# il piccolissimo tatuaggio



## Minerva (19 Settembre 2014)

ultimatoView attachment 9123


----------



## Caciottina (19 Settembre 2014)

bello, e' la tua figlia?


----------



## Minerva (19 Settembre 2014)

ti piace?
sai che li detestavo ma lo trovo bello comunque?


----------



## Caciottina (19 Settembre 2014)

Minerva;bt10209 ha detto:
			
		

> ti piace?
> sai che li detestavo ma lo trovo bello comunque?
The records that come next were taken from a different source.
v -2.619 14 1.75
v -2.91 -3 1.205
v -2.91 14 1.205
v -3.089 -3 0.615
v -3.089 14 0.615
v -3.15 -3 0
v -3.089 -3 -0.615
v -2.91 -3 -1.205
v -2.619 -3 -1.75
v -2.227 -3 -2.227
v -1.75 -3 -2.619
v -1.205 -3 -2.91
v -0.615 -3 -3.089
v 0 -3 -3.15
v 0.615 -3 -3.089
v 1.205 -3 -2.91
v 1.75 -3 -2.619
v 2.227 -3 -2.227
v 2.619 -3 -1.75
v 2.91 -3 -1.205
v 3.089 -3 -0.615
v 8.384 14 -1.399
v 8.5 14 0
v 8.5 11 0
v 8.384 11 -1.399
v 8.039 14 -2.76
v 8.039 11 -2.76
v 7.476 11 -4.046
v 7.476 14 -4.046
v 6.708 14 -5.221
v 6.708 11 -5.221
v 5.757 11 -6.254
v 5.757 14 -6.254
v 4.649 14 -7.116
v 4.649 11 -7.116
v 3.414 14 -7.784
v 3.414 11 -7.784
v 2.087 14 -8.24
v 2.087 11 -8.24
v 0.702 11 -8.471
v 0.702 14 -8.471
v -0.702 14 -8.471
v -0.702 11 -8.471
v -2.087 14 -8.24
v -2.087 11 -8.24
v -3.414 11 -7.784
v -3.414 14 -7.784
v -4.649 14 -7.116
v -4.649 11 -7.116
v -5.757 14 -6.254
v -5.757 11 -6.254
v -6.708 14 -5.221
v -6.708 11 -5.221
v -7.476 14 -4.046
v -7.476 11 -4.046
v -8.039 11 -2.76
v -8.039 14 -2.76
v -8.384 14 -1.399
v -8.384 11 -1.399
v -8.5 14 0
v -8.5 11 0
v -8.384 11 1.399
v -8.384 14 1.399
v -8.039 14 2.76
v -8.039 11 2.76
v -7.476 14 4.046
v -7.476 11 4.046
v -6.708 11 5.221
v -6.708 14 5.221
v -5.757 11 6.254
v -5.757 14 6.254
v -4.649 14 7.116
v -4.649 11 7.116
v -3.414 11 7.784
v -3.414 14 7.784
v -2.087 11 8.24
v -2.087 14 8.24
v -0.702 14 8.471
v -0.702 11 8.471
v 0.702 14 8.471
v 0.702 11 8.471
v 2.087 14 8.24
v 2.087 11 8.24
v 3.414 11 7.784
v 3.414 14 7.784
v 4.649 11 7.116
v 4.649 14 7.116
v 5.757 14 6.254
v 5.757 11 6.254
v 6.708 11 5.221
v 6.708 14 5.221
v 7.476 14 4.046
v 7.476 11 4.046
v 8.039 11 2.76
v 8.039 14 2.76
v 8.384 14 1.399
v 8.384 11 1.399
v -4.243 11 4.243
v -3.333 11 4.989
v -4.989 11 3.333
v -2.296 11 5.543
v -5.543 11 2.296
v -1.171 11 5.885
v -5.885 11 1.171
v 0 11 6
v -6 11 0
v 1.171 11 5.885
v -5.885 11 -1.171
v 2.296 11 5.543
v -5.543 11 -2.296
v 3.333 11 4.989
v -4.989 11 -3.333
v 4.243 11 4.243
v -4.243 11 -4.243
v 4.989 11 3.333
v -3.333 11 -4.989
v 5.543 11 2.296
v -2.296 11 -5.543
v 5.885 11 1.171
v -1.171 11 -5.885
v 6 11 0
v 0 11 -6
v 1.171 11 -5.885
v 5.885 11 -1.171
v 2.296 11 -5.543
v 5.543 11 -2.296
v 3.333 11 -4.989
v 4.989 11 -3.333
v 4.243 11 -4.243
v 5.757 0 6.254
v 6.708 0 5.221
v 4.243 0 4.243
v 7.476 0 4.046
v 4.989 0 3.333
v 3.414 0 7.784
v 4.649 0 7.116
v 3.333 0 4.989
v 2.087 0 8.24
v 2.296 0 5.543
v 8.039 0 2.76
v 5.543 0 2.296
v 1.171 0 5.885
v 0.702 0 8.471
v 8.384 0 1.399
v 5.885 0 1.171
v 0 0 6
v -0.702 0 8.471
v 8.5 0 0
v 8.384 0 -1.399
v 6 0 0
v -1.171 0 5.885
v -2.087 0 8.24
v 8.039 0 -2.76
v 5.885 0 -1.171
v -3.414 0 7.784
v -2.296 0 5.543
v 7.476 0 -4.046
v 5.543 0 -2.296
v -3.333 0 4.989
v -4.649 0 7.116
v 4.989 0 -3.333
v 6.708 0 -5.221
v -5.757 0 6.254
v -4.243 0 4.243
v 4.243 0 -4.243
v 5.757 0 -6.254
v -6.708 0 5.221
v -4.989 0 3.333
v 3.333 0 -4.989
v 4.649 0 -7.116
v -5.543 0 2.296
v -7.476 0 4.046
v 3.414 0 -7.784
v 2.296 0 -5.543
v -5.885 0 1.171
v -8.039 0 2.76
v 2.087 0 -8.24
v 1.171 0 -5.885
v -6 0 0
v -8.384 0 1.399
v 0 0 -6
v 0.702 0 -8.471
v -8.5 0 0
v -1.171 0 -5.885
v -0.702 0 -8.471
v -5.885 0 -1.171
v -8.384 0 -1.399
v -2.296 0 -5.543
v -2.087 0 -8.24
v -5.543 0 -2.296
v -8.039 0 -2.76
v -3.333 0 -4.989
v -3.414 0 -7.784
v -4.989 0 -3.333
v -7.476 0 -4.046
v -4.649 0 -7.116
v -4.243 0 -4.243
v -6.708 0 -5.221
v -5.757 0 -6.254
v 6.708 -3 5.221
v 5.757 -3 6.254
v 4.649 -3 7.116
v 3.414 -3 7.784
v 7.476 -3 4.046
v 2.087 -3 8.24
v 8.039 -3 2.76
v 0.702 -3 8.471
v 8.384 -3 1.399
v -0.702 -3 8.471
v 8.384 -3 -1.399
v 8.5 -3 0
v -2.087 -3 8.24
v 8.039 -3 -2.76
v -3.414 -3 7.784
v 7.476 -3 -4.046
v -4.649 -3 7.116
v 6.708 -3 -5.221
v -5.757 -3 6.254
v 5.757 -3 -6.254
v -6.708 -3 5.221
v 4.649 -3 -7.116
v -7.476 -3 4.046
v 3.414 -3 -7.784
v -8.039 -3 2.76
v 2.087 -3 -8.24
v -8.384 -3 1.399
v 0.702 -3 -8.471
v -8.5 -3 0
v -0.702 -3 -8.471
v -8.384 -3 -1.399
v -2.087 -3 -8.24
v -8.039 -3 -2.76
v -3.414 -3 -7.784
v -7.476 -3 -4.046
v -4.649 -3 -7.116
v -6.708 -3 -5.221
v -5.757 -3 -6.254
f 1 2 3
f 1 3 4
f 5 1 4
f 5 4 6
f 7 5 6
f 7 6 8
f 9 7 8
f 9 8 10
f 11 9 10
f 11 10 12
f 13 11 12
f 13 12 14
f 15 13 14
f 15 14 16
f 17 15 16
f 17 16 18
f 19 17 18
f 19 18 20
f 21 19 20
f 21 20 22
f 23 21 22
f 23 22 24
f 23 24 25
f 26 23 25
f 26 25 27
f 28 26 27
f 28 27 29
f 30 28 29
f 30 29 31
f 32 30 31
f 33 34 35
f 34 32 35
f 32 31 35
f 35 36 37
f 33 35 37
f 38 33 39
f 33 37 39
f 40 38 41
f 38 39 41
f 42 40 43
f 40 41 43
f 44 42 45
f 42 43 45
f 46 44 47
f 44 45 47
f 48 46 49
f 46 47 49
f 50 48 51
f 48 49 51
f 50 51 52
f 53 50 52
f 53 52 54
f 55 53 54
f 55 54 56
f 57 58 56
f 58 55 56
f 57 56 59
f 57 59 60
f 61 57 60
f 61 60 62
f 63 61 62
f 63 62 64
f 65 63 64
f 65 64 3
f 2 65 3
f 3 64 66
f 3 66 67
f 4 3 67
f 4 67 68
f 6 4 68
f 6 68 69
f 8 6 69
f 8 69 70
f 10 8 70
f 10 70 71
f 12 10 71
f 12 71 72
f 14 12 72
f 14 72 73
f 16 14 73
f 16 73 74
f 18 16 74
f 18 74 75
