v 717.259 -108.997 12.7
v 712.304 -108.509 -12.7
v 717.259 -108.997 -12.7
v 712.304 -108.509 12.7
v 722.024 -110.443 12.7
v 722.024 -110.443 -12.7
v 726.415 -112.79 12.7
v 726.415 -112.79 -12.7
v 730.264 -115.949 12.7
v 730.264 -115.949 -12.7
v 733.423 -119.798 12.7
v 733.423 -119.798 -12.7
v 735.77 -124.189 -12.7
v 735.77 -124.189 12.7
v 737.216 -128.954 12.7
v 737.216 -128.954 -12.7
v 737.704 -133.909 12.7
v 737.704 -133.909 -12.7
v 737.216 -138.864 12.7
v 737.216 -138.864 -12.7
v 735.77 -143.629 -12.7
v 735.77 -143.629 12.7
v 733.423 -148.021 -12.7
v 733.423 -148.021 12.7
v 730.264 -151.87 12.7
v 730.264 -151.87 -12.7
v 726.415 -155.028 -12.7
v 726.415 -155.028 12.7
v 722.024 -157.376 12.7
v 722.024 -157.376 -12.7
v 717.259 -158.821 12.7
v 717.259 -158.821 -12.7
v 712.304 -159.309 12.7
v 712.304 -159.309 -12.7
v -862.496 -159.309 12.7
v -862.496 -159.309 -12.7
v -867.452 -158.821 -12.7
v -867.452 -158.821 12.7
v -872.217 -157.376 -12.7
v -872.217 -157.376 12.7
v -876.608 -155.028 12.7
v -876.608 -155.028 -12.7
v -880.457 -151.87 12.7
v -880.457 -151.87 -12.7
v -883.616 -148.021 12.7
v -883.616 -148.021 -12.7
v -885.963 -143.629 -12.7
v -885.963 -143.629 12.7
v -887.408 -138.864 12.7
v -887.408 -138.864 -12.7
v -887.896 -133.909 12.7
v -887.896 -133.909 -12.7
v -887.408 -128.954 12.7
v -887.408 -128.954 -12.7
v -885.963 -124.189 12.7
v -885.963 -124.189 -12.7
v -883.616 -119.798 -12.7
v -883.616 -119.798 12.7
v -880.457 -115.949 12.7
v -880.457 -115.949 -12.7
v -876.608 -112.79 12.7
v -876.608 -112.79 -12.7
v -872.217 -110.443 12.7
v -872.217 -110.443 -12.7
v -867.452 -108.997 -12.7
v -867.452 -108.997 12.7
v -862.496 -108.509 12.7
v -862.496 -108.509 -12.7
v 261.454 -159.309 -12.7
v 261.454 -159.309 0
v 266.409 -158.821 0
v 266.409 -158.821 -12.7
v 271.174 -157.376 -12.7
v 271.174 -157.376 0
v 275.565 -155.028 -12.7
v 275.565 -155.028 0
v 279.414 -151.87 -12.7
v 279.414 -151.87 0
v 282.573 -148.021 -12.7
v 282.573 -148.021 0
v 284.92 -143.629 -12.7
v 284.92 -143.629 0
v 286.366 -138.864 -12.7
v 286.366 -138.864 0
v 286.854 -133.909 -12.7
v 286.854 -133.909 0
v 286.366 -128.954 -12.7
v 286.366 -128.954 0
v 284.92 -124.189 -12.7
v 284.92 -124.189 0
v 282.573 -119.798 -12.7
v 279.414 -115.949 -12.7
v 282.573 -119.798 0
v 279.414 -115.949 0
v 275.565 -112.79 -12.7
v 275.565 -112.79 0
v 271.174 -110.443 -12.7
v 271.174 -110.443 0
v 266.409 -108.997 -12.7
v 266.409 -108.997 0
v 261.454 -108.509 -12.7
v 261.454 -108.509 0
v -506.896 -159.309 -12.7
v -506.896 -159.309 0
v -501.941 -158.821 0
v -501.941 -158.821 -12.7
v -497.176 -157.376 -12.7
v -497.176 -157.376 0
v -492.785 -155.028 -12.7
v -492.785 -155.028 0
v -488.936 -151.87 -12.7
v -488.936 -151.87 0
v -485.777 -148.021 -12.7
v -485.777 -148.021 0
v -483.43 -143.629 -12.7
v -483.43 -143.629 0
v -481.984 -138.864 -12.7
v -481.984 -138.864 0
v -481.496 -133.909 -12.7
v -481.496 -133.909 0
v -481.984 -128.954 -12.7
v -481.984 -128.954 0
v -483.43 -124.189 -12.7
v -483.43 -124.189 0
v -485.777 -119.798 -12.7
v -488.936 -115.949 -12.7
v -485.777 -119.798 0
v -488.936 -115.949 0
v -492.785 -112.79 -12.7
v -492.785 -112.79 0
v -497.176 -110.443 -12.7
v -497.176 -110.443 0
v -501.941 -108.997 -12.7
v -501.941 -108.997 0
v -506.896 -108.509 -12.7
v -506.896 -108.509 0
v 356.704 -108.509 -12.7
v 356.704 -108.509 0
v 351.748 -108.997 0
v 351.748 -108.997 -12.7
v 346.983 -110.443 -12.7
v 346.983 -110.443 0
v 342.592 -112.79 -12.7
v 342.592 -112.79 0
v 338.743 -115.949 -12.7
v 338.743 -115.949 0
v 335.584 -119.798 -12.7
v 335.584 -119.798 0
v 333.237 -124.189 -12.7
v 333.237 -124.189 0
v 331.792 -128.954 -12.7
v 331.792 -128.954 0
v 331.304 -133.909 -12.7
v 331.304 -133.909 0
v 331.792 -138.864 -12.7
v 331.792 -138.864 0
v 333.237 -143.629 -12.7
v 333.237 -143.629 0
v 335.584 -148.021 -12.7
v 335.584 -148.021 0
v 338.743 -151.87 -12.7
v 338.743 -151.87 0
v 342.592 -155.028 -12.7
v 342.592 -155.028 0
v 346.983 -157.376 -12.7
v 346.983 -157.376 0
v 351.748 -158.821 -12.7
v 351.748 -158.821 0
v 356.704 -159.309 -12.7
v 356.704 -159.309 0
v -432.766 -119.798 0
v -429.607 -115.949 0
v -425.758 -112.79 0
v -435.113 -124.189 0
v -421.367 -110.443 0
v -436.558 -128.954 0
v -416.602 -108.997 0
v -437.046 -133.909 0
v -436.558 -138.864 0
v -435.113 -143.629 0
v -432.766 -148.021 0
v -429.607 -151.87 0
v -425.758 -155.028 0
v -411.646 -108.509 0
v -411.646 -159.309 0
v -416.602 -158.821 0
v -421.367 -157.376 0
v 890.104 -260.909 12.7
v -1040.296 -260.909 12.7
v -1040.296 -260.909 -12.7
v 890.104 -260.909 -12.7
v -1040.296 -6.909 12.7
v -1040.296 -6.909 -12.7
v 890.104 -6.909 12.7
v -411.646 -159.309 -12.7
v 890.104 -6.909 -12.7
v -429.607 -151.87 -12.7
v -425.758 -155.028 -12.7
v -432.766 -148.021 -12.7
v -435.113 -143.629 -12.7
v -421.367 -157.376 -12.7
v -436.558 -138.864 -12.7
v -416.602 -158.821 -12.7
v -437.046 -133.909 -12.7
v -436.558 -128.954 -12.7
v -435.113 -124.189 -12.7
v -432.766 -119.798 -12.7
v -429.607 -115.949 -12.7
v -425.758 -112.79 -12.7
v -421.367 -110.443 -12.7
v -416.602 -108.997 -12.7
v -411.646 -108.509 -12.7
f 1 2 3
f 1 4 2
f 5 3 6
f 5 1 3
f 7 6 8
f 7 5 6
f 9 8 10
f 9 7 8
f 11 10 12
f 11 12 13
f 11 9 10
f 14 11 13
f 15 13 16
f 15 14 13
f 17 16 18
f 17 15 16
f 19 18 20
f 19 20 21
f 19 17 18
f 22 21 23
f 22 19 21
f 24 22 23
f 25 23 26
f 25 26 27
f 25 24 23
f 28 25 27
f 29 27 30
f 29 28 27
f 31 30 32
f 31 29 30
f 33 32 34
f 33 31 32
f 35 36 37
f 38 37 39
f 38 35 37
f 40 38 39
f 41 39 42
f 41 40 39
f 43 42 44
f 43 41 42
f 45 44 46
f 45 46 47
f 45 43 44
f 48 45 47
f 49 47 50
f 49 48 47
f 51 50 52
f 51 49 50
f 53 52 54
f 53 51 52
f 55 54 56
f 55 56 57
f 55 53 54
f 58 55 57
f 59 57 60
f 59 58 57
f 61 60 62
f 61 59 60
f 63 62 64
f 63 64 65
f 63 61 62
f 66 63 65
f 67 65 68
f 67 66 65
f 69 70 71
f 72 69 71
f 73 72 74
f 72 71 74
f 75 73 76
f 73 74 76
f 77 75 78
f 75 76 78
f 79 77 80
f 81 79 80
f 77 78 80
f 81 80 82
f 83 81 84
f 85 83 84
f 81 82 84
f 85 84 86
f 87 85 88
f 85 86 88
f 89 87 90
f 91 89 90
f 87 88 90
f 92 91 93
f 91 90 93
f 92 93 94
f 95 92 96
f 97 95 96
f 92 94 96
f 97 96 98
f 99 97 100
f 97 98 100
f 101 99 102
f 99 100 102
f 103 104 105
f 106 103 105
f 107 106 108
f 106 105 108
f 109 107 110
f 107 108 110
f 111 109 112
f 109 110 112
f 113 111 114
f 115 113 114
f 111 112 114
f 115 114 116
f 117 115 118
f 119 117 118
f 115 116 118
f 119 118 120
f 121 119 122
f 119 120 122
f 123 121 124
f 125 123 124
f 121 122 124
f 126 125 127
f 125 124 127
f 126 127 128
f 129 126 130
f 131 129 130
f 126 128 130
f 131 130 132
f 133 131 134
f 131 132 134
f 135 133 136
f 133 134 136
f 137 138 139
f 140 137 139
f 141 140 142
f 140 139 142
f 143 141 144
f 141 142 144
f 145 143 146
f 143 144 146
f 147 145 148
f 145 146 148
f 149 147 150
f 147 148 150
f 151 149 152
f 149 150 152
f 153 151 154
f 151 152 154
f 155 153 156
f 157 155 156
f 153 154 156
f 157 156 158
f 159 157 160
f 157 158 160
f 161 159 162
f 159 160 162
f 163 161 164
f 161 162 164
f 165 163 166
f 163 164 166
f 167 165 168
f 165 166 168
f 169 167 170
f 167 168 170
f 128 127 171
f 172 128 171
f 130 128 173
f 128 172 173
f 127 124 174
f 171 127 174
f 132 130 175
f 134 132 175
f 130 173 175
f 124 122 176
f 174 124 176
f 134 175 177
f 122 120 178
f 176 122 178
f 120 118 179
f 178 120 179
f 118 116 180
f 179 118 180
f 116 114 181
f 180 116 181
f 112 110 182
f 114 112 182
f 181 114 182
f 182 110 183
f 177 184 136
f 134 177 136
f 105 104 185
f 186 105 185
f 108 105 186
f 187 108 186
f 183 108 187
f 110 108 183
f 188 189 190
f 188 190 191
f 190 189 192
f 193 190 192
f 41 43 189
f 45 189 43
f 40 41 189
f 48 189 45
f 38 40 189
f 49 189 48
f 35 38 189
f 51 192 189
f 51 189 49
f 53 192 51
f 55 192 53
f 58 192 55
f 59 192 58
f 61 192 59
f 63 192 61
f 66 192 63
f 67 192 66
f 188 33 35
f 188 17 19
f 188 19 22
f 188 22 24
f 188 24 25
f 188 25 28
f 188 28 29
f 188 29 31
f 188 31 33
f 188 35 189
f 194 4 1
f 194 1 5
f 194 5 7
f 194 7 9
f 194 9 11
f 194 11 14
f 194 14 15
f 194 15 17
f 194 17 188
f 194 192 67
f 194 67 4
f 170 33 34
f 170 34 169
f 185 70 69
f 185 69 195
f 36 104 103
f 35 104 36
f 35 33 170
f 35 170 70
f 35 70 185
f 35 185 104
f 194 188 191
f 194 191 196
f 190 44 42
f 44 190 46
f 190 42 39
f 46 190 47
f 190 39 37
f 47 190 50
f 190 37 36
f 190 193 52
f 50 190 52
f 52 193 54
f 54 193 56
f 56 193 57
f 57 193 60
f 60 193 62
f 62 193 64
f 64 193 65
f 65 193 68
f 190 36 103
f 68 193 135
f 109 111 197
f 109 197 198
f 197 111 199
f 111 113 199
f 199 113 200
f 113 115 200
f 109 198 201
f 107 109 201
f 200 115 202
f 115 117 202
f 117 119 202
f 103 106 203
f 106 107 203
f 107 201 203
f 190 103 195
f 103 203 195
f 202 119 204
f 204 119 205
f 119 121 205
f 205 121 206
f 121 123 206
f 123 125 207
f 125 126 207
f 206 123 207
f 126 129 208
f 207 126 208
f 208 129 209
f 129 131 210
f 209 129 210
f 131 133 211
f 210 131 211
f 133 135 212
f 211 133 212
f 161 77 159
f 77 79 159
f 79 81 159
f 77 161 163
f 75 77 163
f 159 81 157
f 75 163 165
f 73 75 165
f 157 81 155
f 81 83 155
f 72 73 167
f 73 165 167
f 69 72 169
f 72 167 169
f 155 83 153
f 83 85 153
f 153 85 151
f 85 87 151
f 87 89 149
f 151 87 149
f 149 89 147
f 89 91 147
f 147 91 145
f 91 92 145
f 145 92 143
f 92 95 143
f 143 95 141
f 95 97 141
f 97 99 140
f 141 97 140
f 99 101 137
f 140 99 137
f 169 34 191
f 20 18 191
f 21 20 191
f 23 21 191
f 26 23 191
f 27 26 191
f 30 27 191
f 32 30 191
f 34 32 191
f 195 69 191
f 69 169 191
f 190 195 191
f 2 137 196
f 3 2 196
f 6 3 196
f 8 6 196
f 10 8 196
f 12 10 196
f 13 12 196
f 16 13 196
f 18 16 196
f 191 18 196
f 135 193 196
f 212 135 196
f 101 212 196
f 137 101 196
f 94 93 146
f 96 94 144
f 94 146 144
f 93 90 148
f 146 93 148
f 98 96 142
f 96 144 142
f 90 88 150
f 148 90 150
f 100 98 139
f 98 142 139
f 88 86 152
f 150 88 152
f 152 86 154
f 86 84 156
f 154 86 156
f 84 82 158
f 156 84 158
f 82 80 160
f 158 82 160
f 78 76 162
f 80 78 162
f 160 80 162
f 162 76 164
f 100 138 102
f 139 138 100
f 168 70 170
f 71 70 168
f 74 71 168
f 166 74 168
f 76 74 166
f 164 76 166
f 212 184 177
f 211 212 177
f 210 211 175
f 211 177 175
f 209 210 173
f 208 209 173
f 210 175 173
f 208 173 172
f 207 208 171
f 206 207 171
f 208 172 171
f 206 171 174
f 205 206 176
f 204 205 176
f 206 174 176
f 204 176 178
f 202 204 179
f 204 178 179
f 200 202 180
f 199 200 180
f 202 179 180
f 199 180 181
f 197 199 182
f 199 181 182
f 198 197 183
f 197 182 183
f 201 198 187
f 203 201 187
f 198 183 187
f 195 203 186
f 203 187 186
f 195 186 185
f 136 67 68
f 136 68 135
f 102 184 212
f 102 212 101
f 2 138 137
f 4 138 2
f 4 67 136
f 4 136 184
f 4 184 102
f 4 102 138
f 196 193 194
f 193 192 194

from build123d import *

# Parameters (mm, degrees)
F0_W     = 1930.4
F0_H     = 254
F1_DEPTH = 12.7
F3_DEPTH = 12.7


# Not quite as in the source:
# - ends of sketch curves that miss each other by under 0.0002 mm in the source are joined
# - a feature names something its author has since deleted; it is built from what else it names


with BuildPart() as f1:
    # F0 (on Top) → F1 (new body)
    with BuildSketch(Plane.XY):
        with Locations((-75.096349721, -133.9091630952)):
            Rectangle(F0_W, F0_H)
        with BuildLine():
            ThreePointArc((-862.496349721, -159.3091630952), (-887.896349721, -133.9091630952), (-862.496349721, -108.5091630952))
            Line((-862.496349721, -108.5091630952), (712.303650279, -108.5091630952))
            ThreePointArc((712.303650279, -108.5091630952), (737.703650279, -133.9091630952), (712.303650279, -159.3091630952))
            Line((712.303650279, -159.3091630952), (-862.496349721, -159.3091630952))
        make_face(mode=Mode.SUBTRACT)
    extrude(amount=F1_DEPTH)

    # F2 (on face) + F0 (on Top) → F3 (join)
    with BuildSketch(Plane(origin=(0, 0, 0), x_dir=(1, 0, 0), z_dir=(0, 0, -1))):
        with BuildLine():
            ThreePointArc((-506.896349721, 159.3091630952), (-481.496349721, 133.9091630952), (-506.896349721, 108.5091630952))
            Line((-506.896349721, 108.5091630952), (-411.646349721, 108.5091630952))
            ThreePointArc((-411.646349721, 108.5091630952), (-437.046349721, 133.9091630952), (-411.646349721, 159.3091630952))
            Line((-411.646349721, 159.3091630952), (-506.896349721, 159.3091630952))
        make_face()
        with BuildLine():
            ThreePointArc((261.453650279, 159.3091630952), (286.853650279, 133.9091630952), (261.453650279, 108.5091630952))
            Line((261.453650279, 108.5091630952), (356.703650279, 108.5091630952))
            ThreePointArc((356.703650279, 108.5091630952), (331.303650279, 133.9091630952), (356.703650279, 159.3091630952))
            Line((356.703650279, 159.3091630952), (261.453650279, 159.3091630952))
        make_face()
    with BuildSketch(Plane.XY):
        with Locations((-75.096349721, -133.9091630952)):
            Rectangle(F0_W, F0_H)
        with BuildLine():
            ThreePointArc((-862.496349721, -159.3091630952), (-887.896349721, -133.9091630952), (-862.496349721, -108.5091630952))
            Line((-862.496349721, -108.5091630952), (712.303650279, -108.5091630952))
            ThreePointArc((712.303650279, -108.5091630952), (737.703650279, -133.9091630952), (712.303650279, -159.3091630952))
            Line((712.303650279, -159.3091630952), (-862.496349721, -159.3091630952))
        make_face(mode=Mode.SUBTRACT)
    extrude(amount=F3_DEPTH, dir=(0, 0, -1))


solid = f1.part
lo trovo molto bello e sensuale anche se non e' il mio genere e - se quella nella foto e' la schiena della tua figlia e quindi quello e' il tatuaggio su pelle - e' fatto anche molto bene, ma davvero molto bene.
cosa piace a te di questo tatuaggio?


----------



## Nocciola (19 Settembre 2014)

E' fatto molto bene ma lo trovo troppo grande. Le sta benissimo visto il fisico ma penso a quando le capiterà per qualche occasione di indossare abiti eleganti o l'abito da sposa (scollati) e trovo che facciano perdere eleganza


----------



## Minerva (19 Settembre 2014)

l'ho sempre pensato anch'io ma forse dipende dall'abito e dalla persona.
comunque in generale sì





			
				farfalla;bt10211 ha detto:
			
		

> E' fatto molto bene ma lo trovo troppo grande. Le sta benissimo visto il fisico ma penso a quando le capiterà per qualche occasione di indossare abiti eleganti o l'abito da sposa (scollati) e trovo che facciano perdere eleganza


----------



## Minerva (19 Settembre 2014)

miss caciotta;bt10210 ha detto:
			
		

> lo trovo molto bello e sensuale anche se non e' il mio genere e - se quella nella foto e' la schiena della tua figlia e quindi quello e' il tatuaggio su pelle - e' fatto anche molto bene, ma davvero molto bene.
> cosa piace a te di questo tatuaggio?


il disegno e l'effetto che fa su di lei.davvero non credevo partendo dal fatto che non mi sono mai piaciuti.


----------



## Simy (22 Settembre 2014)

Bellissimo e ben fatto... anche se lo trovo troppo grande


----------



## Minerva (22 Settembre 2014)

Simy;bt10217 ha detto:
			
		

> Bellissimo e ben fatto... anche se lo trovo troppo grande


eh


----------



## free (16 Ottobre 2014)

bello, mi piacciono colorati
i fiori poi si abbinano con in pratica tutto


----------